Reproduce word for word, from the entries below, the line with "Rectangle(SKETCH1_W, SKETCH1_H)", the line with "-129.914493968), (-238.126515872, -157.445143065))", and every line between them, and nothing more.

Data supplied:
********

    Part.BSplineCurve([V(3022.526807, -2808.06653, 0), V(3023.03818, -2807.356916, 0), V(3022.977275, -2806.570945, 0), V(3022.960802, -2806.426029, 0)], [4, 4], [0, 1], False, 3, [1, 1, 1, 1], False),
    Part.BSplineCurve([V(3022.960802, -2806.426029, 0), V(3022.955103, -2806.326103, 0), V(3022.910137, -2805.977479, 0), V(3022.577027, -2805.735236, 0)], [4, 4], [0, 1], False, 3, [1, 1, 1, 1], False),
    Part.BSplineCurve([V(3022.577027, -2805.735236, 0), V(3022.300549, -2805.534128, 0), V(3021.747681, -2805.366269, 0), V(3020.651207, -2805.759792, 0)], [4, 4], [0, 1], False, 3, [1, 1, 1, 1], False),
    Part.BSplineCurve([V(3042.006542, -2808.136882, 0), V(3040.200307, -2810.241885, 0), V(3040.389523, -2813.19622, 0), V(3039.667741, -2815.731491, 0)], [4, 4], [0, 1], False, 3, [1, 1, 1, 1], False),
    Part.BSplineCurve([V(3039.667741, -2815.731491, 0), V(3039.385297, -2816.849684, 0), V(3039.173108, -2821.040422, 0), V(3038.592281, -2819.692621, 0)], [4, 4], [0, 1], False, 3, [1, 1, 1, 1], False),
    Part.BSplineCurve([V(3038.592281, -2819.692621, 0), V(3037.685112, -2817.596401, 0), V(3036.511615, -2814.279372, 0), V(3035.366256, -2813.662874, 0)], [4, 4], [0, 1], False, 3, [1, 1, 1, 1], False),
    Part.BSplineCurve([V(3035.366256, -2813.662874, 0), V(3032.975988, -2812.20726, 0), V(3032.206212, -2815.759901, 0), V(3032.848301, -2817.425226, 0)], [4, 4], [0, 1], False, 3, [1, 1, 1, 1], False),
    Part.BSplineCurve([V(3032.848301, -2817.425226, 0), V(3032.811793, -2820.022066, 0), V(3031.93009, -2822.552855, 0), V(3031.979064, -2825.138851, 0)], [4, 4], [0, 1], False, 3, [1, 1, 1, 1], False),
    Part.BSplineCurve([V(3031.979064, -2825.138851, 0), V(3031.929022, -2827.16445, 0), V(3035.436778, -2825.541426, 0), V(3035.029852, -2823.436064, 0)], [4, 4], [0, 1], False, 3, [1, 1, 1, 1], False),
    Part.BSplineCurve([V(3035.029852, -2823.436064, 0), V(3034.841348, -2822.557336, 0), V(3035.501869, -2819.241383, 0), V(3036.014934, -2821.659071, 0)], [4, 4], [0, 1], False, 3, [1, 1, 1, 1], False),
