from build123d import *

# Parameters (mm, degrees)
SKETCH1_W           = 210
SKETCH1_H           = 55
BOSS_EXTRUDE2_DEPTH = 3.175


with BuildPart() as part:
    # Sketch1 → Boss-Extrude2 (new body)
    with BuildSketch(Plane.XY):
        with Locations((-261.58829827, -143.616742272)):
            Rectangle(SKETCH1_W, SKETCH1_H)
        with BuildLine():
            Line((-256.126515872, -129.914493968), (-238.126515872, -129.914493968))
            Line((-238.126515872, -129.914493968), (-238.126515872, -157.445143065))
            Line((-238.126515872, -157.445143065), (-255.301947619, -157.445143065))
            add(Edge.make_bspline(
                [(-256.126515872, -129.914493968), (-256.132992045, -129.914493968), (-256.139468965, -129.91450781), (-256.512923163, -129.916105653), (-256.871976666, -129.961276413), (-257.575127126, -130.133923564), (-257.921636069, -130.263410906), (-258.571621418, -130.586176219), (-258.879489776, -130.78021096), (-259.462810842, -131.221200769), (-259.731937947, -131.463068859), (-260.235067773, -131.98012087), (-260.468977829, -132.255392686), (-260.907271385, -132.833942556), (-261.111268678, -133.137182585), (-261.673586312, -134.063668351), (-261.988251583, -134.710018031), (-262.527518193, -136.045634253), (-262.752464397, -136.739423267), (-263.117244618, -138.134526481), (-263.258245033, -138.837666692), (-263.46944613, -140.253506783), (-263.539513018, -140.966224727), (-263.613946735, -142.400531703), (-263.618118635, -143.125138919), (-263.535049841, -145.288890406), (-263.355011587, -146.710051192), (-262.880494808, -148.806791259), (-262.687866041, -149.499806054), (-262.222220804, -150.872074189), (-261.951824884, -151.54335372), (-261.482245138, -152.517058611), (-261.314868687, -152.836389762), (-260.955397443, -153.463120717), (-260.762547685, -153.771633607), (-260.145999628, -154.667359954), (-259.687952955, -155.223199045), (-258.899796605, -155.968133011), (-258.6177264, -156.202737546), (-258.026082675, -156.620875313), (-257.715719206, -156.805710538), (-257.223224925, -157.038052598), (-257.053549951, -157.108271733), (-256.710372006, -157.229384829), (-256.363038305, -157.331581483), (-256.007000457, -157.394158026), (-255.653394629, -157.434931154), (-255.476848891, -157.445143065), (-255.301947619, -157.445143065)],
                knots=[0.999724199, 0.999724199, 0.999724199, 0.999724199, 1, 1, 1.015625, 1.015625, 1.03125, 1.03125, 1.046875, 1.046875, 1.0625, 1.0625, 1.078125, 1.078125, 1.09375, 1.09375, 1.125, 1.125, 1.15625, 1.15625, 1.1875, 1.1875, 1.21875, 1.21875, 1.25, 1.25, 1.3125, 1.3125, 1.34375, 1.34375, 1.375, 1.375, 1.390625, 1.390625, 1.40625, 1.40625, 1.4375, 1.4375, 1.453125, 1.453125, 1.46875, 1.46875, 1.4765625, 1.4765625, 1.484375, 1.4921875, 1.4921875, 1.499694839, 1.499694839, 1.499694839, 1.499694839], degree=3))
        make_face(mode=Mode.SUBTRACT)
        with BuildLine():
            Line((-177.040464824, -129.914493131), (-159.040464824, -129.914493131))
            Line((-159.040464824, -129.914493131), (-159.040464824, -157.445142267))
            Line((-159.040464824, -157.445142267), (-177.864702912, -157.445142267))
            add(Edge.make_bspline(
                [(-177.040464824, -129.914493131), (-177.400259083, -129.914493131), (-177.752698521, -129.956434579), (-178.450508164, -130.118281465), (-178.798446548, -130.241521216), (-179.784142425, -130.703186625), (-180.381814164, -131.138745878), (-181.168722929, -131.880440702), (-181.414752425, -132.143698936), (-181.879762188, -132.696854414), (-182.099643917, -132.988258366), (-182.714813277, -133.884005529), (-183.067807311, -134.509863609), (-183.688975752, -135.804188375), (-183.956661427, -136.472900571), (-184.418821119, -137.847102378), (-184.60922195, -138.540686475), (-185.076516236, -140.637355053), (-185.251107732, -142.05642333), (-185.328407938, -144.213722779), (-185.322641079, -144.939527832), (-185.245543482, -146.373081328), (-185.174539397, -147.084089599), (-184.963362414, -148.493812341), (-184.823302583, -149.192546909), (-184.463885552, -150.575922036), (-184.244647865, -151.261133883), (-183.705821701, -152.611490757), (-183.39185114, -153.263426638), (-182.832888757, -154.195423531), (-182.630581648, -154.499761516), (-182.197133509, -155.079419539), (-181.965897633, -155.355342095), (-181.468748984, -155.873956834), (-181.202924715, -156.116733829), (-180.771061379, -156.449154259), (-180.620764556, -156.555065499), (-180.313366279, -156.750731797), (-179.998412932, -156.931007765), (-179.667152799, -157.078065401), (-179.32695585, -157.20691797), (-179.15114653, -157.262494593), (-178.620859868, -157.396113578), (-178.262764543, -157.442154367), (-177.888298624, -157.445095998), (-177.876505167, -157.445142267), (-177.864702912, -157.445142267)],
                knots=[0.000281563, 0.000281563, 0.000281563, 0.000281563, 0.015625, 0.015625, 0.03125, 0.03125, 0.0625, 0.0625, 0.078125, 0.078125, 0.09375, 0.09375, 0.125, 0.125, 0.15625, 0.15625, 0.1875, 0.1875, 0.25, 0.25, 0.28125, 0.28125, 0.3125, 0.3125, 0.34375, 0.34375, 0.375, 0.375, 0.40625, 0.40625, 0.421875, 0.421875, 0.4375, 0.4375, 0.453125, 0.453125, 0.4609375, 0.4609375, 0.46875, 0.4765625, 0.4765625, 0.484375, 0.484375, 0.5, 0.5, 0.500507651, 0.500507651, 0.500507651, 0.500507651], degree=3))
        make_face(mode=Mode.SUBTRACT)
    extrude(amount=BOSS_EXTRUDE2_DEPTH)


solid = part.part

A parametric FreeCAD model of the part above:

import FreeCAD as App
import Part
import Sketcher
from FreeCAD import Vector
Q = App.Units.Quantity


def add_polygon(sketch, points):
    """Adds a closed chain of lines whose ends are joined by coincident constraints."""
    first, n = sketch.GeometryCount, len(points)
    for a, b in zip(points, points[1:] + points[:1]):
        sketch.addGeometry(Part.LineSegment(App.Vector(*a, 0), App.Vector(*b, 0)), False)
    for i in range(n):
        sketch.addConstraint(Sketcher.Constraint("Coincident", first + i, 2, first + (i + 1) % n, 1))

doc = App.newDocument("Part")
body = doc.addObject("PartDesign::Body", "Body")

sketch1 = body.newObject("Sketcher::SketchObject", "Sketch")
sketch1.AttachmentSupport = (doc.getObject("XY_Plane"), [""])
sketch1.MapMode = "FlatFace"
add_polygon(sketch1, [(-366.588298, -116.116742), (-366.588298, -171.116742), (-156.588298, -171.116742), (-156.588298, -116.116742)])
sketch1.addGeometry(Part.BSplineCurve([Vector(-256.126516, -129.914494, 0), Vector(-256.132992, -129.914494, 0), Vector(-256.139469, -129.914508, 0), Vector(-256.512923, -129.916106, 0), Vector(-256.871977, -129.961276, 0), Vector(-257.575127, -130.133924, 0), Vector(-257.921636, -130.263411, 0), Vector(-258.571621, -130.586176, 0), Vector(-258.87949, -130.780211, 0), Vector(-259.462811, -131.221201, 0), Vector(-259.731938, -131.463069, 0), Vector(-260.235068, -131.980121, 0), Vector(-260.468978, -132.255393, 0), Vector(-260.907271, -132.833943, 0), Vector(-261.111269, -133.137183, 0), Vector(-261.673586, -134.063668, 0), Vector(-261.988252, -134.710018, 0), Vector(-262.527518, -136.045634, 0), Vector(-262.752464, -136.739423, 0), Vector(-263.117245, -138.134526, 0), Vector(-263.258245, -138.837667, 0), Vector(-263.469446, -140.253507, 0), Vector(-263.539513, -140.966225, 0), Vector(-263.613947, -142.400532, 0), Vector(-263.618119, -143.125139, 0), Vector(-263.53505, -145.28889, 0), Vector(-263.355012, -146.710051, 0), Vector(-262.880495, -148.806791, 0), Vector(-262.687866, -149.499806, 0), Vector(-262.222221, -150.872074, 0), Vector(-261.951825, -151.543354, 0), Vector(-261.482245, -152.517059, 0), Vector(-261.314869, -152.83639, 0), Vector(-260.955397, -153.463121, 0), Vector(-260.762548, -153.771634, 0), Vector(-260.146, -154.66736, 0), Vector(-259.687953, -155.223199, 0), Vector(-258.899797, -155.968133, 0), Vector(-258.617726, -156.202738, 0), Vector(-258.026083, -156.620875, 0), Vector(-257.715719, -156.805711, 0), Vector(-257.223225, -157.038053, 0), Vector(-257.05355, -157.108272, 0), Vector(-256.710372, -157.229385, 0), Vector(-256.363038, -157.331581, 0), Vector(-256.007, -157.394158, 0), Vector(-255.653395, -157.434931, 0), Vector(-255.476849, -157.445143, 0), Vector(-255.301948, -157.445143, 0)], [4, 2, 2, 2, 2, 2, 2, 2, 2, 2, 2, 2, 2, 2, 2, 2, 2, 2, 2, 2, 2, 2, 1, 2, 4], [0.999724199, 1, 1.015625, 1.03125, 1.046875, 1.0625, 1.078125, 1.09375, 1.125, 1.15625, 1.1875, 1.21875, 1.25, 1.3125, 1.34375, 1.375, 1.390625, 1.40625, 1.4375, 1.453125, 1.46875, 1.4765625, 1.484375, 1.4921875, 1.499694839], False, 3, [1, 1, 1, 1, 1, 1, 1, 1, 1, 1, 1, 1, 1, 1, 1, 1, 1, 1, 1, 1, 1, 1, 1, 1, 1, 1, 1, 1, 1, 1, 1, 1, 1, 1, 1, 1, 1, 1, 1, 1, 1, 1, 1, 1, 1, 1, 1, 1, 1], False), False)
sketch1.addGeometry(Part.LineSegment(Vector(-256.126516, -129.914494, 0), Vector(-238.126516, -129.914494, 0)), False)
sketch1.addGeometry(Part.LineSegment(Vector(-238.126516, -129.914494, 0), Vector(-238.126516, -157.445143, 0)), False)
sketch1.addGeometry(Part.LineSegment(Vector(-238.126516, -157.445143, 0), Vector(-255.301948, -157.445143, 0)), False)
sketch1.addGeometry(Part.BSplineCurve([Vector(-177.040465, -129.914493, 0), Vector(-177.400259, -129.914493, 0), Vector(-177.752699, -129.956435, 0), Vector(-178.450508, -130.118281, 0), Vector(-178.798447, -130.241521, 0), Vector(-179.784142, -130.703187, 0), Vector(-180.381814, -131.138746, 0), Vector(-181.168723, -131.880441, 0), Vector(-181.414752, -132.143699, 0), Vector(-181.879762, -132.696854, 0), Vector(-182.099644, -132.988258, 0), Vector(-182.714813, -133.884006, 0), Vector(-183.067807, -134.509864, 0), Vector(-183.688976, -135.804188, 0), Vector(-183.956661, -136.472901, 0), Vector(-184.418821, -137.847102, 0), Vector(-184.609222, -138.540686, 0), Vector(-185.076516, -140.637355, 0), Vector(-185.251108, -142.056423, 0), Vector(-185.328408, -144.213723, 0), Vector(-185.322641, -144.939528, 0), Vector(-185.245543, -146.373081, 0), Vector(-185.174539, -147.08409, 0), Vector(-184.963362, -148.493812, 0), Vector(-184.823303, -149.192547, 0), Vector(-184.463886, -150.575922, 0), Vector(-184.244648, -151.261134, 0), Vector(-183.705822, -152.611491, 0), Vector(-183.391851, -153.263427, 0), Vector(-182.832889, -154.195424, 0), Vector(-182.630582, -154.499762, 0), Vector(-182.197134, -155.07942, 0), Vector(-181.965898, -155.355342, 0), Vector(-181.468749, -155.873957, 0), Vector(-181.202925, -156.116734, 0), Vector(-180.771061, -156.449154, 0), Vector(-180.620765, -156.555065, 0), Vector(-180.313366, -156.750732, 0), Vector(-179.998413, -156.931008, 0), Vector(-179.667153, -157.078065, 0), Vector(-179.326956, -157.206918, 0), Vector(-179.151147, -157.262495, 0), Vector(-178.62086, -157.396114, 0), Vector(-178.262765, -157.442154, 0), Vector(-177.888299, -157.445096, 0), Vector(-177.876505, -157.445142, 0), Vector(-177.864703, -157.445142, 0)], [4, 2, 2, 2, 2, 2, 2, 2, 2, 2, 2, 2, 2, 2, 2, 2, 2, 2, 2, 1, 2, 2, 2, 4], [0.000281563, 0.015625, 0.03125, 0.0625, 0.078125, 0.09375, 0.125, 0.15625, 0.1875, 0.25, 0.28125, 0.3125, 0.34375, 0.375, 0.40625, 0.421875, 0.4375, 0.453125, 0.4609375, 0.46875, 0.4765625, 0.484375, 0.5, 0.500507651], False, 3, [1, 1, 1, 1, 1, 1, 1, 1, 1, 1, 1, 1, 1, 1, 1, 1, 1, 1, 1, 1, 1, 1, 1, 1, 1, 1, 1, 1, 1, 1, 1, 1, 1, 1, 1, 1, 1, 1, 1, 1, 1, 1, 1, 1, 1, 1, 1], False), False)
sketch1.addGeometry(Part.LineSegment(Vector(-177.040465, -129.914493, 0), Vector(-159.040465, -129.914493, 0)), False)
sketch1.addGeometry(Part.LineSegment(Vector(-159.040465, -129.914493, 0), Vector(-159.040465, -157.445142, 0)), False)
sketch1.addGeometry(Part.LineSegment(Vector(-159.040465, -157.445142, 0), Vector(-177.864703, -157.445142, 0)), False)
sketch1.addConstraint(Sketcher.Constraint("Block", 4))
sketch1.addConstraint(Sketcher.Constraint("Block", 8))
sketch1.addConstraint(Sketcher.Constraint("Coincident", 4, 1, 5, 1))
sketch1.addConstraint(Sketcher.Constraint("Coincident", 5, 2, 6, 1))
sketch1.addConstraint(Sketcher.Constraint("Coincident", 6, 2, 7, 1))
sketch1.addConstraint(Sketcher.Constraint("Coincident", 7, 2, 4, 2))
sketch1.addConstraint(Sketcher.Constraint("Coincident", 8, 1, 9, 1))
sketch1.addConstraint(Sketcher.Constraint("Coincident", 9, 2, 10, 1))
sketch1.addConstraint(Sketcher.Constraint("Coincident", 10, 2, 11, 1))
sketch1.addConstraint(Sketcher.Constraint("Coincident", 11, 2, 8, 2))
sketch1.addConstraint(Sketcher.Constraint("Vertical", 0))
sketch1.addConstraint(Sketcher.Constraint("Horizontal", 1))
sketch1.addConstraint(Sketcher.Constraint("Vertical", 2))
sketch1.addConstraint(Sketcher.Constraint("Horizontal", 3))
sketch1.addConstraint(Sketcher.Constraint("Horizontal", 5))
sketch1.addConstraint(Sketcher.Constraint("Vertical", 6))
sketch1.addConstraint(Sketcher.Constraint("Horizontal", 7))
sketch1.addConstraint(Sketcher.Constraint("Horizontal", 9))
sketch1.addConstraint(Sketcher.Constraint("Vertical", 10))
sketch1.addConstraint(Sketcher.Constraint("Horizontal", 11))
sketch1.addConstraint(Sketcher.Constraint("Equal", 5, 9))
sketch1.addConstraint(Sketcher.Constraint("DistanceX", 1, 1, 1, 2, Q("210 mm")))
sketch1.addConstraint(Sketcher.Constraint("DistanceX", 5, 1, 5, 2, Q("18 mm")))
sketch1.addConstraint(Sketcher.Constraint("DistanceY", 0, 2, 0, 1, Q("55 mm")))
sketch1.addConstraint(Sketcher.Constraint("DistanceX", 0, 2, -1, 1, Q("366.588298 mm")))
sketch1.addConstraint(Sketcher.Constraint("DistanceY", 1, 2, 6, 2, Q("13.671599 mm")))
pad1 = body.newObject("PartDesign::Pad", "Pad")
pad1.Profile = sketch1
pad1.Length = 3.175

doc.recompute()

********

Completed exercise:
            Rectangle(SKETCH1_W, SKETCH1_H)
        with BuildLine():
            Line((-256.126515872, -129.914493968), (-238.126515872, -129.914493968))
            Line((-238.126515872, -129.914493968), (-238.126515872, -157.445143065))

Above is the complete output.